Por suerte, el hospital no estaba tan lejos de donde vivíamos.
En la entrada de emergencias, una enfermera apresurada me llevó en una silla de ruedas. Mi esposo tuvo que dejarme un momento a solas para ir a parquear el auto, ya que solo las ambulancias podían estacionar allí.
Rápidamente otra de sus compañeras me ayudó a ponerme la bata de hospital, y a recostarme en una camilla.
La doctora a cargo tenía mi expediente en sus manos, y justo en ese momento llegó mi esposo.
Todo había pasado tan rápido, que ya tenía puestas las vías intravenosas y las enfermeras corrían de un lado a otro con utensilios médicos.
―Su esposa tiene embarazo de alto riesgo ―mencionó, y lo llevó consigo hacia un lado―, puede... que en el peor de los casos una de las dos no sobreviva.

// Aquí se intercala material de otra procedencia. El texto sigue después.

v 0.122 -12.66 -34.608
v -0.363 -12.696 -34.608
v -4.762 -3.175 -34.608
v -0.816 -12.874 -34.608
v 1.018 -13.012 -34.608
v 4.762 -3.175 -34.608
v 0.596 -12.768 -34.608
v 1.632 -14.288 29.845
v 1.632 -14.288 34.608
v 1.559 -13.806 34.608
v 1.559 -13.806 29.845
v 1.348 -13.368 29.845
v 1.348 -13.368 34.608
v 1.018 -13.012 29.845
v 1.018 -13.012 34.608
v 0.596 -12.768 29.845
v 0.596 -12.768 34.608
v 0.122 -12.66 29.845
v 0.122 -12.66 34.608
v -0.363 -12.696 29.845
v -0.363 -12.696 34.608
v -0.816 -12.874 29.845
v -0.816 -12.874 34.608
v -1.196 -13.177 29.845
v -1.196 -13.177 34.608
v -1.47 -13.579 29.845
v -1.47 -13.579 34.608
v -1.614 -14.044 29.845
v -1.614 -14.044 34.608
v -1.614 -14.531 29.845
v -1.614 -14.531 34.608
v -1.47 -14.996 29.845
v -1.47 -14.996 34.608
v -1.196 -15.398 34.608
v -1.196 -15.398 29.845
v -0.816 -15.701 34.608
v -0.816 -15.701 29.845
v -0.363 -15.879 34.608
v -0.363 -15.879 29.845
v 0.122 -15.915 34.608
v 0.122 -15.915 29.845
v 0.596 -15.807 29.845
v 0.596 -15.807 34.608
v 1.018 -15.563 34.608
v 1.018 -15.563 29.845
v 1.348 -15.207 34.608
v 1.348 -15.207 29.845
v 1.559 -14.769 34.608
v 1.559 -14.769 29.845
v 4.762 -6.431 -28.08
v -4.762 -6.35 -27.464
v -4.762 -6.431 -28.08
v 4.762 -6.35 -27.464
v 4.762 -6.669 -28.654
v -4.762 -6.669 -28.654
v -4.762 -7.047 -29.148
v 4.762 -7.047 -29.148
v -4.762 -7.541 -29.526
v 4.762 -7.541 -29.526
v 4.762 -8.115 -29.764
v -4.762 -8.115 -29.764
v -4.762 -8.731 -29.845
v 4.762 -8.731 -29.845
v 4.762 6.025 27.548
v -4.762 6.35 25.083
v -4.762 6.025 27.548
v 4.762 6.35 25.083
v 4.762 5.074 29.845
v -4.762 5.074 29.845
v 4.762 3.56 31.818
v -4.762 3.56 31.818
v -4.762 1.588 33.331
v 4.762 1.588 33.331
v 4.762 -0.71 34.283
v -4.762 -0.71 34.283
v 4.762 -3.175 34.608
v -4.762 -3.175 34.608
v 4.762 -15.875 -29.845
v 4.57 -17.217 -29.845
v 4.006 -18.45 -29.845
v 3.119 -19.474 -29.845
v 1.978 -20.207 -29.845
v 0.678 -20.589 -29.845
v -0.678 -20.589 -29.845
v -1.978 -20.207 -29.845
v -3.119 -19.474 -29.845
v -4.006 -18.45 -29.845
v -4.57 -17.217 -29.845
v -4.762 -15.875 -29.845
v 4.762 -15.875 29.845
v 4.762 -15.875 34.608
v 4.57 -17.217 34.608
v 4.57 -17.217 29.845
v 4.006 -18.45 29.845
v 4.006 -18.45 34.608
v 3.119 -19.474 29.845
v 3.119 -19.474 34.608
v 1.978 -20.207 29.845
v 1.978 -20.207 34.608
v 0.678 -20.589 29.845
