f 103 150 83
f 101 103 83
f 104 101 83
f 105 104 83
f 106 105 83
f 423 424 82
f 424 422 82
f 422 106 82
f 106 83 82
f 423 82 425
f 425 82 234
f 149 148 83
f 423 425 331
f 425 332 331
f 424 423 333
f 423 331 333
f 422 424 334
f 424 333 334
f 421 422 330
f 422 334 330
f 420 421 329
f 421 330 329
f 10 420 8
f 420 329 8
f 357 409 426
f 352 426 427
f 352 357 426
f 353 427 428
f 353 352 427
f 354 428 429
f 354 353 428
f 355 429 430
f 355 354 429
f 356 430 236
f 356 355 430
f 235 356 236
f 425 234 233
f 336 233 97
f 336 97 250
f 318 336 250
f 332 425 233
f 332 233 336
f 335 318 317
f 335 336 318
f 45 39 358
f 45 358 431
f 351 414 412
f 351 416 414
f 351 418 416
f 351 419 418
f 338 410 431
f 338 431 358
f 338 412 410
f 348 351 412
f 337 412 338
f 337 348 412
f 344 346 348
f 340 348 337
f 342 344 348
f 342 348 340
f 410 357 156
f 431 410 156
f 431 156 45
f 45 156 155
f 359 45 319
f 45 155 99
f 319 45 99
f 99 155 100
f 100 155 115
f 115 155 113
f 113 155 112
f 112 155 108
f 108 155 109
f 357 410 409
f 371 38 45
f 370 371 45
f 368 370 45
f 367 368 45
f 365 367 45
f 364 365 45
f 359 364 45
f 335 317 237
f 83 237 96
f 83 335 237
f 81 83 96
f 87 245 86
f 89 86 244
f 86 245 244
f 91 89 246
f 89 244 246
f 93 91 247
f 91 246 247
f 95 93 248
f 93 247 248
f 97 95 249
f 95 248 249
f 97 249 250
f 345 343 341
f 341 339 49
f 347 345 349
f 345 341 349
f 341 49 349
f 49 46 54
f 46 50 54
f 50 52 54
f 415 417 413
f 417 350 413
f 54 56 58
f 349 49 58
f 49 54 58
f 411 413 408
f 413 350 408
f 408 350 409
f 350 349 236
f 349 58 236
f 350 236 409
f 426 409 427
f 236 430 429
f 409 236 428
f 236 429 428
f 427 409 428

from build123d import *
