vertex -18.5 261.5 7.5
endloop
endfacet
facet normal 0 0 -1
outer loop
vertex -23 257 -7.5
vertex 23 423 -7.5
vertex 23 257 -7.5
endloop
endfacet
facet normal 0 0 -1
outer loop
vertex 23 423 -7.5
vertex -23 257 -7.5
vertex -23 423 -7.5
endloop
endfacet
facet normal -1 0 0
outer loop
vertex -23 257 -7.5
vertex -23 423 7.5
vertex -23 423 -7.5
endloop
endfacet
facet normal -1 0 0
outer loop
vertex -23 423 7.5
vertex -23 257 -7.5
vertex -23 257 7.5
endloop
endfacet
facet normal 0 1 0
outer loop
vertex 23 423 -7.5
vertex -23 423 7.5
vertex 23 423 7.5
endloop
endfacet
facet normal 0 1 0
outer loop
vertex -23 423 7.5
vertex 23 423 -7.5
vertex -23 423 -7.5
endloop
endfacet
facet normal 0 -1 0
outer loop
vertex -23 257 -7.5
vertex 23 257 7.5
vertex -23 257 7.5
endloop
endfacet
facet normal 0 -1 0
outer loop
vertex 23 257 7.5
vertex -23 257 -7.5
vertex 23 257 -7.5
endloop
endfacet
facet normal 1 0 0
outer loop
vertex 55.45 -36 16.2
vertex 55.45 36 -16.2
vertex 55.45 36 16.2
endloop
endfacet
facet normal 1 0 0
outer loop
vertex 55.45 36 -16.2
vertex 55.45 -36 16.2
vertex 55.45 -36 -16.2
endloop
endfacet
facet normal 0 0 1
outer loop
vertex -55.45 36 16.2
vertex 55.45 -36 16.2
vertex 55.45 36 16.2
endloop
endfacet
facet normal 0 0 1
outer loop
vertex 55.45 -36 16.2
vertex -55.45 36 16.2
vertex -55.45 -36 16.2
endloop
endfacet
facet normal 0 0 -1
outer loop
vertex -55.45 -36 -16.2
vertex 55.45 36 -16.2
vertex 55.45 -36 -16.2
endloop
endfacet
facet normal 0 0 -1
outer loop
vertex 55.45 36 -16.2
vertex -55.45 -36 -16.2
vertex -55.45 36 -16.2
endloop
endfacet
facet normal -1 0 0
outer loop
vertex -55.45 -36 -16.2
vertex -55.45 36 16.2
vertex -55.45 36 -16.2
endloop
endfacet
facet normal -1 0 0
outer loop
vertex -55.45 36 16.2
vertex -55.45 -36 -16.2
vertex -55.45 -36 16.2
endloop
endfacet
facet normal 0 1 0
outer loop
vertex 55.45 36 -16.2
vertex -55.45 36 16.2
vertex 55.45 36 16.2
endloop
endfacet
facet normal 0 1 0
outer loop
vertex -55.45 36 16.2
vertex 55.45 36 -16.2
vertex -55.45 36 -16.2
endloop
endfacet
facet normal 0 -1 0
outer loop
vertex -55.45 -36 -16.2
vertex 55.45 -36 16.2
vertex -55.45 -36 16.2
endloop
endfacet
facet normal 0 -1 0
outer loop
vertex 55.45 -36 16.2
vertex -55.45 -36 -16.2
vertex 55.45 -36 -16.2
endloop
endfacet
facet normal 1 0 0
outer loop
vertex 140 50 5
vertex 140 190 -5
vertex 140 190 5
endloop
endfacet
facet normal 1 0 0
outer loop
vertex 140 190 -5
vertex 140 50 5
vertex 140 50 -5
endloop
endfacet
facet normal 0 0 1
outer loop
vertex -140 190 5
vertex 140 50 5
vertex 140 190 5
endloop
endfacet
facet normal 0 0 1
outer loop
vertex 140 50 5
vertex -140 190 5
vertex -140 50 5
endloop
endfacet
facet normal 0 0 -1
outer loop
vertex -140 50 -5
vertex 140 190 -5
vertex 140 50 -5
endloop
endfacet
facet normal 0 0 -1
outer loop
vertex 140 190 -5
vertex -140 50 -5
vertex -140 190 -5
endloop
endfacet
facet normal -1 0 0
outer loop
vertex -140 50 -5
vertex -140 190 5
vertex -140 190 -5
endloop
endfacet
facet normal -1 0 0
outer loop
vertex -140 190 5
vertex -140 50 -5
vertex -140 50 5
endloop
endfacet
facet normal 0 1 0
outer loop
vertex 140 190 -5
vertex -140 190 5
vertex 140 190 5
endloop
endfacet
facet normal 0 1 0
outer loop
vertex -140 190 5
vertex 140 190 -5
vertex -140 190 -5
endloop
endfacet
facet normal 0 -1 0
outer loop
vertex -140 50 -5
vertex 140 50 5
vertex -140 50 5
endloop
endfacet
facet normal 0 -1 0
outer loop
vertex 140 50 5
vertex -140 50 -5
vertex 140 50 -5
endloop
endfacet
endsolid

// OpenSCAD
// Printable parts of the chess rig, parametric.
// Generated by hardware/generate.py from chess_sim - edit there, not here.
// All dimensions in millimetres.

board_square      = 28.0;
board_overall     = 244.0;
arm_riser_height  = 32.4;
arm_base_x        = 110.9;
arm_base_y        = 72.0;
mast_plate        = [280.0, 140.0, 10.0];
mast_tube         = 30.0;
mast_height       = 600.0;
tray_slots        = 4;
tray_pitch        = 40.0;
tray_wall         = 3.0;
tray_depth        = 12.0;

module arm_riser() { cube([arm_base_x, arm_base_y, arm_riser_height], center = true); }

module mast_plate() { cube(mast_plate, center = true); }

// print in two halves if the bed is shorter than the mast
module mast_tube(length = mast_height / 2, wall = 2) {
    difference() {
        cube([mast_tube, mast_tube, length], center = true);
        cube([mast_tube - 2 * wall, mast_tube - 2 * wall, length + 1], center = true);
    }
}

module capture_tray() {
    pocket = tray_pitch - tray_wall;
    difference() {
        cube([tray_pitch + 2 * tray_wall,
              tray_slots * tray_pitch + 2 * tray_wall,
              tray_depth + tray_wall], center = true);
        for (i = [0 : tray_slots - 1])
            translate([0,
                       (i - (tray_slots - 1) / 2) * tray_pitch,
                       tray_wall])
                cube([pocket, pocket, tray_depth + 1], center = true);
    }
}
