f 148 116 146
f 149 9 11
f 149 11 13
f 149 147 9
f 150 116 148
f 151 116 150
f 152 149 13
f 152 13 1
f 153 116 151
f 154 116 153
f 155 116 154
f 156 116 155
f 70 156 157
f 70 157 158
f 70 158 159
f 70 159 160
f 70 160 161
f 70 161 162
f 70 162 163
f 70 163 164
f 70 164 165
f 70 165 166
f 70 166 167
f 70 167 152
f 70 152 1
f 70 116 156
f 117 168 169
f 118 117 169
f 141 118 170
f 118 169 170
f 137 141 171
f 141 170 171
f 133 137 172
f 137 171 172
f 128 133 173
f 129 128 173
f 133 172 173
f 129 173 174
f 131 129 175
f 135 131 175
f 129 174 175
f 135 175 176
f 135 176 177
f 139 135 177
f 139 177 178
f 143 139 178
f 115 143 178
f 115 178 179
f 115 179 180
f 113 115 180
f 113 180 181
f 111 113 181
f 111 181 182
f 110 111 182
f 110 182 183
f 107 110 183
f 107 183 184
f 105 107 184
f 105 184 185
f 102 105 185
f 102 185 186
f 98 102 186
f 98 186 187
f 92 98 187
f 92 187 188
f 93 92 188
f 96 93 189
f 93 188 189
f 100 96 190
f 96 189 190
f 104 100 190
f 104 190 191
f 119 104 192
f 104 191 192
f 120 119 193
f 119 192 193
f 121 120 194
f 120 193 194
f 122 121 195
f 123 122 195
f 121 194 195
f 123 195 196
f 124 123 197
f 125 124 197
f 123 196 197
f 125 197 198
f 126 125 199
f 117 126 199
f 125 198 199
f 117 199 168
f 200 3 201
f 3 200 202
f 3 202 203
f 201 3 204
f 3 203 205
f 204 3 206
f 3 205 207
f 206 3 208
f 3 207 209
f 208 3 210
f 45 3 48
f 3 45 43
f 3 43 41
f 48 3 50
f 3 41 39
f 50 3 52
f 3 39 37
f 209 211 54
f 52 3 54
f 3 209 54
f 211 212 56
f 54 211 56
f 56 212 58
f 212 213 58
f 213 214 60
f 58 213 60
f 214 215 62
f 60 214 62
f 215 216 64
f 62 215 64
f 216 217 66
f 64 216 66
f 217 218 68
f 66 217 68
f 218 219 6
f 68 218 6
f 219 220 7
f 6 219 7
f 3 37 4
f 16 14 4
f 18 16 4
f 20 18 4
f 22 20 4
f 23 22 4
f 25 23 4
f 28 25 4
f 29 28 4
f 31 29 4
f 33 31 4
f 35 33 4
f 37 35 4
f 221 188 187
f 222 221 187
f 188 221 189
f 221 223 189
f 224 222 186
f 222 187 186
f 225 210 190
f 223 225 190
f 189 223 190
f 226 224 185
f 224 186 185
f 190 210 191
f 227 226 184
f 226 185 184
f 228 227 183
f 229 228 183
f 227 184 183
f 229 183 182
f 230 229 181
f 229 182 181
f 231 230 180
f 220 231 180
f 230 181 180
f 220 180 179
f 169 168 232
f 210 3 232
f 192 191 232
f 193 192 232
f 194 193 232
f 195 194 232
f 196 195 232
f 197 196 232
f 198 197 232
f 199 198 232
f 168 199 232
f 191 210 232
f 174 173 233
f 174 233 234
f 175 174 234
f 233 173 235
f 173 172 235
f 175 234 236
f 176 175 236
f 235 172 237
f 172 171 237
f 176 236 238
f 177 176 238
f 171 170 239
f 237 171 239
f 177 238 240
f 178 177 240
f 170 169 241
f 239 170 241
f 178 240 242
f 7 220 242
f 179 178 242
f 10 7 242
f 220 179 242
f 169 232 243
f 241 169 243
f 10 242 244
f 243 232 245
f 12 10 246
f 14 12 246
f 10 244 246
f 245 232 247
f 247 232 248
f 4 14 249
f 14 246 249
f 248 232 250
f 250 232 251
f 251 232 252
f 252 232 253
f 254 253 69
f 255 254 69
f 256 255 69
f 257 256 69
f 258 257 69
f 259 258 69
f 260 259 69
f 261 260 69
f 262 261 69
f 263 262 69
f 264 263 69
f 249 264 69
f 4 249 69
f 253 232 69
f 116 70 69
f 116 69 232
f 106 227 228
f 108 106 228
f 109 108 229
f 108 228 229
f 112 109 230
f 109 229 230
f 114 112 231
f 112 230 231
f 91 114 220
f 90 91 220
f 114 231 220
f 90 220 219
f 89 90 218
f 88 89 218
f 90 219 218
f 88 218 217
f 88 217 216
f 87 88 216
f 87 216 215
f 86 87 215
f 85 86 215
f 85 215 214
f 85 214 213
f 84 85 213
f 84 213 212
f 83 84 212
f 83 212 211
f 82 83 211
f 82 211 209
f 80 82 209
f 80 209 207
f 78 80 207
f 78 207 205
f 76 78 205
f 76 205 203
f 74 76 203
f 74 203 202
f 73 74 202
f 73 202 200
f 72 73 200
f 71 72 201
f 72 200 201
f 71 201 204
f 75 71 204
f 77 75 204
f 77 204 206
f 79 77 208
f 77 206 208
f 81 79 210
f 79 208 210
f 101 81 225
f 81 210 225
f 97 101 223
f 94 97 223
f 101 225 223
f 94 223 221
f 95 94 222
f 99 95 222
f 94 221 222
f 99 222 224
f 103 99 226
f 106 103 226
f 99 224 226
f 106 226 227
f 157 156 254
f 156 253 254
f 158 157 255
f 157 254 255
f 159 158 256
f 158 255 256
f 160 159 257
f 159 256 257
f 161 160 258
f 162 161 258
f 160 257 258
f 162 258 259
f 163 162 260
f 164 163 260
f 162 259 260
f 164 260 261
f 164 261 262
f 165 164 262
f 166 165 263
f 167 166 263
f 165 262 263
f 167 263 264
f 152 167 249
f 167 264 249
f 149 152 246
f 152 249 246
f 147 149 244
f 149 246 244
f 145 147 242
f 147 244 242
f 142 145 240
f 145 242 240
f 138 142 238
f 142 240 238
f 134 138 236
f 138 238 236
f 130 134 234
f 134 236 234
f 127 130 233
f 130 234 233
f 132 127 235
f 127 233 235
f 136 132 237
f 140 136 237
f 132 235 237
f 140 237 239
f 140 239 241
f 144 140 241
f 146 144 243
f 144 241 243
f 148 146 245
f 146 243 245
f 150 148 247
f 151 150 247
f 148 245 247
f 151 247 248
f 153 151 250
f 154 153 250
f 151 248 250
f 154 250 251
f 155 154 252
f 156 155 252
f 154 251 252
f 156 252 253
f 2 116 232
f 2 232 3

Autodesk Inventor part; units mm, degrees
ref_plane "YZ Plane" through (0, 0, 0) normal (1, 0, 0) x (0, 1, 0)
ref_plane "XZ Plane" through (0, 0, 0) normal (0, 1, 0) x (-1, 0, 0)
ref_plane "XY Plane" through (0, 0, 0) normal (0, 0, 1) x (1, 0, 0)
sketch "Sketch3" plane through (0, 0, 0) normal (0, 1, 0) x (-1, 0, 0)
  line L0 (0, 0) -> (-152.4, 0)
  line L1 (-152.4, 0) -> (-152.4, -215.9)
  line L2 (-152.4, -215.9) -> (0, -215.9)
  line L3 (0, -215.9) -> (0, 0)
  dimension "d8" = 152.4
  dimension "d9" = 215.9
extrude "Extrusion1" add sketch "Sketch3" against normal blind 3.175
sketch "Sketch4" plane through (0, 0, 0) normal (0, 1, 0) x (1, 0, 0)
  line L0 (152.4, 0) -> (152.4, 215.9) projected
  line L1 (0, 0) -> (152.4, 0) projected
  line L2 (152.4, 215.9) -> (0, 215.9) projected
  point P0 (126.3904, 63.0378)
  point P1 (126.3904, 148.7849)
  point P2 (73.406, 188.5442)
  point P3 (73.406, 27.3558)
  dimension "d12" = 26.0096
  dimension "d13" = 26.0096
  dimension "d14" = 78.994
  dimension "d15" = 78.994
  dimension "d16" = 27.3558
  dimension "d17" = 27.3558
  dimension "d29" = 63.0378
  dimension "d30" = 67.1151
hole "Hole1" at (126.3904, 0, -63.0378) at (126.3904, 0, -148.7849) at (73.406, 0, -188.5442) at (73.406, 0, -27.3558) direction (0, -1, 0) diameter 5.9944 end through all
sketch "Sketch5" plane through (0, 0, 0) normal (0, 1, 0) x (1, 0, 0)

La doctora esperaba que no escuchara aquello con tanto ajetreo a mi alrededor, pero estaba muy atenta a ella y a mi esposo.
Estaba consciente de que mi embarazo podría presentar complicaciones, así como el parto, pero quería tanto poder tener una bebé.
―Lo menciono porque… hay probabilidad de que deba de tomar una decisión.
El rostro de mi esposo se desfiguró totalmente, estaba pálido y sus ojos se cristalizaron.
―Esperamos que no sea así. ―fue lo último que le mencionó la doctora a él antes de enfocarse en el monitor junto a mi cama.
Mi esposo, con la bata de hospital debidamente vestido, se acercó a mí.
Ya me encontraba respirando con dificultad, lo sabía, y estaba segura de lo que vendría después.
―Aquí estoy, amor. ―Alex se acercó y tomó mi mano con delicadeza, pero tenía tanto dolor, que la apreté fuertemente.
―Alexander, si algo sucede…
―No. ―dijo casi de inmediato, con las lágrimas desbordándose.
―Por favor, salva a nuestra hija.
―No. No. ―Negaba una y otra vez.
Estaba en shock, y lo entendía, cualquiera que fuera el desenlace, perdería a una.
―Escúchame. Tienes que hacerlo. Ella es un pedazo de mí. Tienes que salvarla ―trataba de ayudarlo en tomar una decisión tan difícil―. Vas a ser el mejor padre del mundo.
Con mi otra mano en su nuca lo acerqué a mi rostro y dejé pequeños besos sobre sus labios.
―No puedo hacerlo sin ti. ―Dijo entre lágrimas.
―Claro que puedes. Haz sido el mejor esposo que podría haber deseado y mi mejor amigo. Ella también es parte de ti. No lo olvides.
―No, no quiero perder a ninguna.
Esta vez, habló entre sollozos, con su cara muy roja y ahora sosteniendo mi mano con fuerza.
Podía escuchar a las enfermeras y a la doctora decir que la presión estaba bajando, y que estaba perdiendo mucha sangre.
―Escúchame ―dije con voz débil―. La vas a criar bien, si no sabes cómo hacer algo pregúntale a tu madre o a mi madre ―inhalar ya se estaba volviendo complicado, y mis párpados se estaban empezando a sentir pesados―. Recuerda que no estás solo. Y si algún día te enamoras, sé feliz sin remordimientos o culpas. No te eches a morir por mí. Desde luego quiero que hagas un tiempo de luto ―dije sintiéndome triste, con mi corazón hecho pedazos, pero no podría privarle la felicidad a alguien que tanto amaba―, pero cuando te sientas mejor, cuando creas que ya solo queda un amor nostálgico con un gran aprecio, y puedas seguir con tu vida adelante… Ama. Por favor, ama ―dije entre lágrimas―. Sólo te voy a pedir que sea una buena persona, o que sea mejor que yo, porque no mereces menos.